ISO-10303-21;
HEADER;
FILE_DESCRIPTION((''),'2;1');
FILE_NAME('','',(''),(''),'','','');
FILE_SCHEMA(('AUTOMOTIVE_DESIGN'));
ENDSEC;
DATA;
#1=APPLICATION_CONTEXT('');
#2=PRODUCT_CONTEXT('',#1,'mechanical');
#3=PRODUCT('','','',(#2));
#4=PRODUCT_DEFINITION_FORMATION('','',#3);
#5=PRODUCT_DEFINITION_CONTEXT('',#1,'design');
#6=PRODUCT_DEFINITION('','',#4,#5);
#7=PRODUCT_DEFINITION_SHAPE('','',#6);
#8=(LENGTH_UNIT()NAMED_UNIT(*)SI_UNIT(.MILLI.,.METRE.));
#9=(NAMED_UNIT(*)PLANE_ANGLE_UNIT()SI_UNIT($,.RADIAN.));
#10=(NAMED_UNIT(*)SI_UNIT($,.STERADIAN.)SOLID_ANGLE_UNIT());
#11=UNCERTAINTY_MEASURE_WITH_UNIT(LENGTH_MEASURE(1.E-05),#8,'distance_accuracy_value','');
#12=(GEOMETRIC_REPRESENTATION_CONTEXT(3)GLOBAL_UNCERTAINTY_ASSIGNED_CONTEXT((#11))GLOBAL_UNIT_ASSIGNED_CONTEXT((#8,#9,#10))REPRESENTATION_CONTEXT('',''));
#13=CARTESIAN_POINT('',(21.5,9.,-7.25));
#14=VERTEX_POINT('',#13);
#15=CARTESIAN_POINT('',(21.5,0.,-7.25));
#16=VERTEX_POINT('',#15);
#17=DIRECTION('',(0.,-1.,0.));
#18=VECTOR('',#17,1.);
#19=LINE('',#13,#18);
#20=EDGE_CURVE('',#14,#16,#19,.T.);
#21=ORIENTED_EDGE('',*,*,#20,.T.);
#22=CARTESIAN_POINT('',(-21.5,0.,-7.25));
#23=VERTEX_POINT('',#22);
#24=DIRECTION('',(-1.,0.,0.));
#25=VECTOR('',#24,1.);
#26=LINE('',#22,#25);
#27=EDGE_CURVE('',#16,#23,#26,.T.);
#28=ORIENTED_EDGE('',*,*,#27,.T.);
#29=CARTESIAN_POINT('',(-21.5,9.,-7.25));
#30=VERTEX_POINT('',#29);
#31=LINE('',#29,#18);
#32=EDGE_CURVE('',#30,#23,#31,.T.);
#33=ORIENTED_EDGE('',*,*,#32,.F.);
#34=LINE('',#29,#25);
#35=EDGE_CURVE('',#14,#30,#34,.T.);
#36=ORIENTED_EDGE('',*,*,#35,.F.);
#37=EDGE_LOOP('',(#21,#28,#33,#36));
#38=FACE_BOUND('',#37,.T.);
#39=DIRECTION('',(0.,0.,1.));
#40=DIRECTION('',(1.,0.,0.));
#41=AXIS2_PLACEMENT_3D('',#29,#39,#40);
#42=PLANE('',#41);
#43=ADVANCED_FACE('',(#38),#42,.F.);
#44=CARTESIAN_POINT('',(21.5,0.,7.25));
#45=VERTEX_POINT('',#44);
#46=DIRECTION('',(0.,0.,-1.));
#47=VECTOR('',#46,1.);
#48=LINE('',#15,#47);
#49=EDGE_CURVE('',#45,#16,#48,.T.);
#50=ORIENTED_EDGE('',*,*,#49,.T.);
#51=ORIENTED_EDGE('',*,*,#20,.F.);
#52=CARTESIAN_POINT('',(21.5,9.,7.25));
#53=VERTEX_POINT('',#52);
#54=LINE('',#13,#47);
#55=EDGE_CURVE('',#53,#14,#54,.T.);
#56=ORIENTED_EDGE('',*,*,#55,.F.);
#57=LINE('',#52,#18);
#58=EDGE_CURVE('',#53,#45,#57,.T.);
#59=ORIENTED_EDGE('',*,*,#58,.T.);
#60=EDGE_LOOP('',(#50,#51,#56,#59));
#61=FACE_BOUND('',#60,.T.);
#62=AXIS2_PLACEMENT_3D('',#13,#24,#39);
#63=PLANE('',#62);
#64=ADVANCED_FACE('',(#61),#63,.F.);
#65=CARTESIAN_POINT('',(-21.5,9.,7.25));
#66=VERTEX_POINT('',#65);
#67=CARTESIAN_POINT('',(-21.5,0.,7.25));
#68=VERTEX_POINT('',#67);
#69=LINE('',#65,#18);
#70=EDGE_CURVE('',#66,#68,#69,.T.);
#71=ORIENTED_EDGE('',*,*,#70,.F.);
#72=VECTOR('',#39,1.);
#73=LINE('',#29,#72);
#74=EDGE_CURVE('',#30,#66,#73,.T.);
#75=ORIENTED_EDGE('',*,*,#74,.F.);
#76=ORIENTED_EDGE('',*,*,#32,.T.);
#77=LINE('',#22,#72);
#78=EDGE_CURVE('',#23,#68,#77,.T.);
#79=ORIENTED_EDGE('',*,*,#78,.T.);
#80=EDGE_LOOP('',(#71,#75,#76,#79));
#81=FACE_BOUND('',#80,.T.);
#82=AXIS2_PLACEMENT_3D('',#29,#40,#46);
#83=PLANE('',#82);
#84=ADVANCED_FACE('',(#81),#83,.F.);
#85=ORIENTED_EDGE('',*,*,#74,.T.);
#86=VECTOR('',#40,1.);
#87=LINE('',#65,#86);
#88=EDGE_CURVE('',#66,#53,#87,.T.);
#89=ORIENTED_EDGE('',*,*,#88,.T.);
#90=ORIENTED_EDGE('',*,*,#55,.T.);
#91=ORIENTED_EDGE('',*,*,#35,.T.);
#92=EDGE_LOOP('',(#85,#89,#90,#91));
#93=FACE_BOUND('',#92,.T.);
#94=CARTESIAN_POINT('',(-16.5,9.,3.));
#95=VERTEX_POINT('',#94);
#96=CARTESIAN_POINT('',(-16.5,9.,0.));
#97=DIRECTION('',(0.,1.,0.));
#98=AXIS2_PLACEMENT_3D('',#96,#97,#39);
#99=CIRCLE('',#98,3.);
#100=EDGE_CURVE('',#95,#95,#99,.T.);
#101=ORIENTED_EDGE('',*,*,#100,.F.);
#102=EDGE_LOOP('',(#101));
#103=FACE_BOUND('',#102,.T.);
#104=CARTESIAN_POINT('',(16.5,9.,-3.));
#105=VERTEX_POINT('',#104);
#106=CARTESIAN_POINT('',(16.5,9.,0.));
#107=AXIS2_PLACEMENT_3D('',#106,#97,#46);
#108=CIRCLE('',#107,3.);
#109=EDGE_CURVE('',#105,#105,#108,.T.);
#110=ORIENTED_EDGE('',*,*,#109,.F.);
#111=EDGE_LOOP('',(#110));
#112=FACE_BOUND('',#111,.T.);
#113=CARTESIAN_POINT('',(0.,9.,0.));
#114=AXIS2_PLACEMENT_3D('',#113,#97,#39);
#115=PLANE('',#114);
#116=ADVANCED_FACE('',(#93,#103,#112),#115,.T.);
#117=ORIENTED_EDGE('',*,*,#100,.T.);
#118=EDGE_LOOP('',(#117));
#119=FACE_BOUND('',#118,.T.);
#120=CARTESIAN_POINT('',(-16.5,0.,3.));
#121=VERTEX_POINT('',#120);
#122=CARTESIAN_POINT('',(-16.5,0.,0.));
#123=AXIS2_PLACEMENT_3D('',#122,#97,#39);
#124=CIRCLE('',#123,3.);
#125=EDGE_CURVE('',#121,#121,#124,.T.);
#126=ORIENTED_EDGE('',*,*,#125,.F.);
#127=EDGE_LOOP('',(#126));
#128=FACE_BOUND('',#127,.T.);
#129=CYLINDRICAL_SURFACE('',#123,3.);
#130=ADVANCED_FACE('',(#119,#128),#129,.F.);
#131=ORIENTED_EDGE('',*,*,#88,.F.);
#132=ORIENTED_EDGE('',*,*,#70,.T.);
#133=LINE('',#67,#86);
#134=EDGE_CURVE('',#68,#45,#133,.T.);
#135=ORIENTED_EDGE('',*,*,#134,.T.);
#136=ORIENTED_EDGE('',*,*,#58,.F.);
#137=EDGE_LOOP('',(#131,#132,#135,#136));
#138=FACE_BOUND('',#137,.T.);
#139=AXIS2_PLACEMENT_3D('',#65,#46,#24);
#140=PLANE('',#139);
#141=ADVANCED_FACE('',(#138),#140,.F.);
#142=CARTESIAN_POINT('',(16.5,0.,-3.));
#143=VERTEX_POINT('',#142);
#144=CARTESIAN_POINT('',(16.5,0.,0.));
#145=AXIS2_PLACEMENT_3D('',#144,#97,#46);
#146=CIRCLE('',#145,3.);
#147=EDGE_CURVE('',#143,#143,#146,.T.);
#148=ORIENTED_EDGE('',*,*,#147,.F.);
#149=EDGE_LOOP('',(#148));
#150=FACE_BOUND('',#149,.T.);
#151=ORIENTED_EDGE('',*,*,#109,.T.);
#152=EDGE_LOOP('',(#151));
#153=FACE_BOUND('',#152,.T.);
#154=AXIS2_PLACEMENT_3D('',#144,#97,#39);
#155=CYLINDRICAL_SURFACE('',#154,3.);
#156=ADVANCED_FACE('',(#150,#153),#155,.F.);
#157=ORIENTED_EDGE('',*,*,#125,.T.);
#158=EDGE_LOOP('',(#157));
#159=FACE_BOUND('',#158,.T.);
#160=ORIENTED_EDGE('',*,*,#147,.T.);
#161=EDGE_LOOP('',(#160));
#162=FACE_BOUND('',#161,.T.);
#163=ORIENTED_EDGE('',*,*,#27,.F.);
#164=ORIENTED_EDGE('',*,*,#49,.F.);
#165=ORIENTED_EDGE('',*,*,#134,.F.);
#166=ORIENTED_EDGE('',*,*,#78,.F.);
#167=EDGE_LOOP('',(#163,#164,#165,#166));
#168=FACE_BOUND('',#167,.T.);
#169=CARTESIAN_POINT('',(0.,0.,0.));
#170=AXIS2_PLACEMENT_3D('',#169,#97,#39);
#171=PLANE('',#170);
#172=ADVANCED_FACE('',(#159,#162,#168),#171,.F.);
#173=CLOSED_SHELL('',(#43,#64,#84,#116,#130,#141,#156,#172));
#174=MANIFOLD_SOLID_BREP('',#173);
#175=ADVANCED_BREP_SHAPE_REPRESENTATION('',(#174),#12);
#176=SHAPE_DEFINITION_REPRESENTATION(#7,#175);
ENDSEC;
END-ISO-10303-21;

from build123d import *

# Parameters (mm, degrees)
SKETCH1_W           = 43
SKETCH1_H           = 14.5
BOSS_EXTRUDE1_DEPTH = 9
SKETCH2_R           = 3
CUT_EXTRUDE1_DEPTH  = 9


with BuildPart() as part:
    # Sketch1 → Boss-Extrude1 (new body)
    with BuildSketch(Plane(origin=(0, 0, 0), x_dir=(1, 0, 0), z_dir=(0, 1, 0))):
        Rectangle(SKETCH1_W, SKETCH1_H)
    extrude(amount=BOSS_EXTRUDE1_DEPTH)

    # Sketch2 → Cut-Extrude1 (cut)
    with BuildSketch(Plane(origin=(0, 9, 0), x_dir=(1, 0, 0), z_dir=(0, 1, 0))):
        with Locations(Location((-16.5, 0, 0), (0, 0, 270))):
            Circle(SKETCH2_R)
        with Locations(Location((16.5, 0, 0), (0, 0, 90))):
            Circle(SKETCH2_R)
    extrude(amount=-CUT_EXTRUDE1_DEPTH, mode=Mode.SUBTRACT)


solid = part.part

____

### Exercise
Given the data above, transcribe exactly the lines from the one containing "#61=FACE_BOUND('',#60,.T.);" down to the one containing "#97=DIRECTION('',(0.,1.,0.));", and no others.

### Exercise answer
#61=FACE_BOUND('',#60,.T.);
#62=AXIS2_PLACEMENT_3D('',#13,#24,#39);
#63=PLANE('',#62);
#64=ADVANCED_FACE('',(#61),#63,.F.);
#65=CARTESIAN_POINT('',(-21.5,9.,7.25));
#66=VERTEX_POINT('',#65);
#67=CARTESIAN_POINT('',(-21.5,0.,7.25));
#68=VERTEX_POINT('',#67);
#69=LINE('',#65,#18);
#70=EDGE_CURVE('',#66,#68,#69,.T.);
#71=ORIENTED_EDGE('',*,*,#70,.F.);
#72=VECTOR('',#39,1.);
#73=LINE('',#29,#72);
#74=EDGE_CURVE('',#30,#66,#73,.T.);
#75=ORIENTED_EDGE('',*,*,#74,.F.);
#76=ORIENTED_EDGE('',*,*,#32,.T.);
#77=LINE('',#22,#72);
#78=EDGE_CURVE('',#23,#68,#77,.T.);
#79=ORIENTED_EDGE('',*,*,#78,.T.);
#80=EDGE_LOOP('',(#71,#75,#76,#79));
#81=FACE_BOUND('',#80,.T.);
#82=AXIS2_PLACEMENT_3D('',#29,#40,#46);
#83=PLANE('',#82);
#84=ADVANCED_FACE('',(#81),#83,.F.);
#85=ORIENTED_EDGE('',*,*,#74,.T.);
#86=VECTOR('',#40,1.);
#87=LINE('',#65,#86);
#88=EDGE_CURVE('',#66,#53,#87,.T.);
#89=ORIENTED_EDGE('',*,*,#88,.T.);
#90=ORIENTED_EDGE('',*,*,#55,.T.);
#91=ORIENTED_EDGE('',*,*,#35,.T.);
#92=EDGE_LOOP('',(#85,#89,#90,#91));
#93=FACE_BOUND('',#92,.T.);
#94=CARTESIAN_POINT('',(-16.5,9.,3.));
#95=VERTEX_POINT('',#94);
#96=CARTESIAN_POINT('',(-16.5,9.,0.));
#97=DIRECTION('',(0.,1.,0.));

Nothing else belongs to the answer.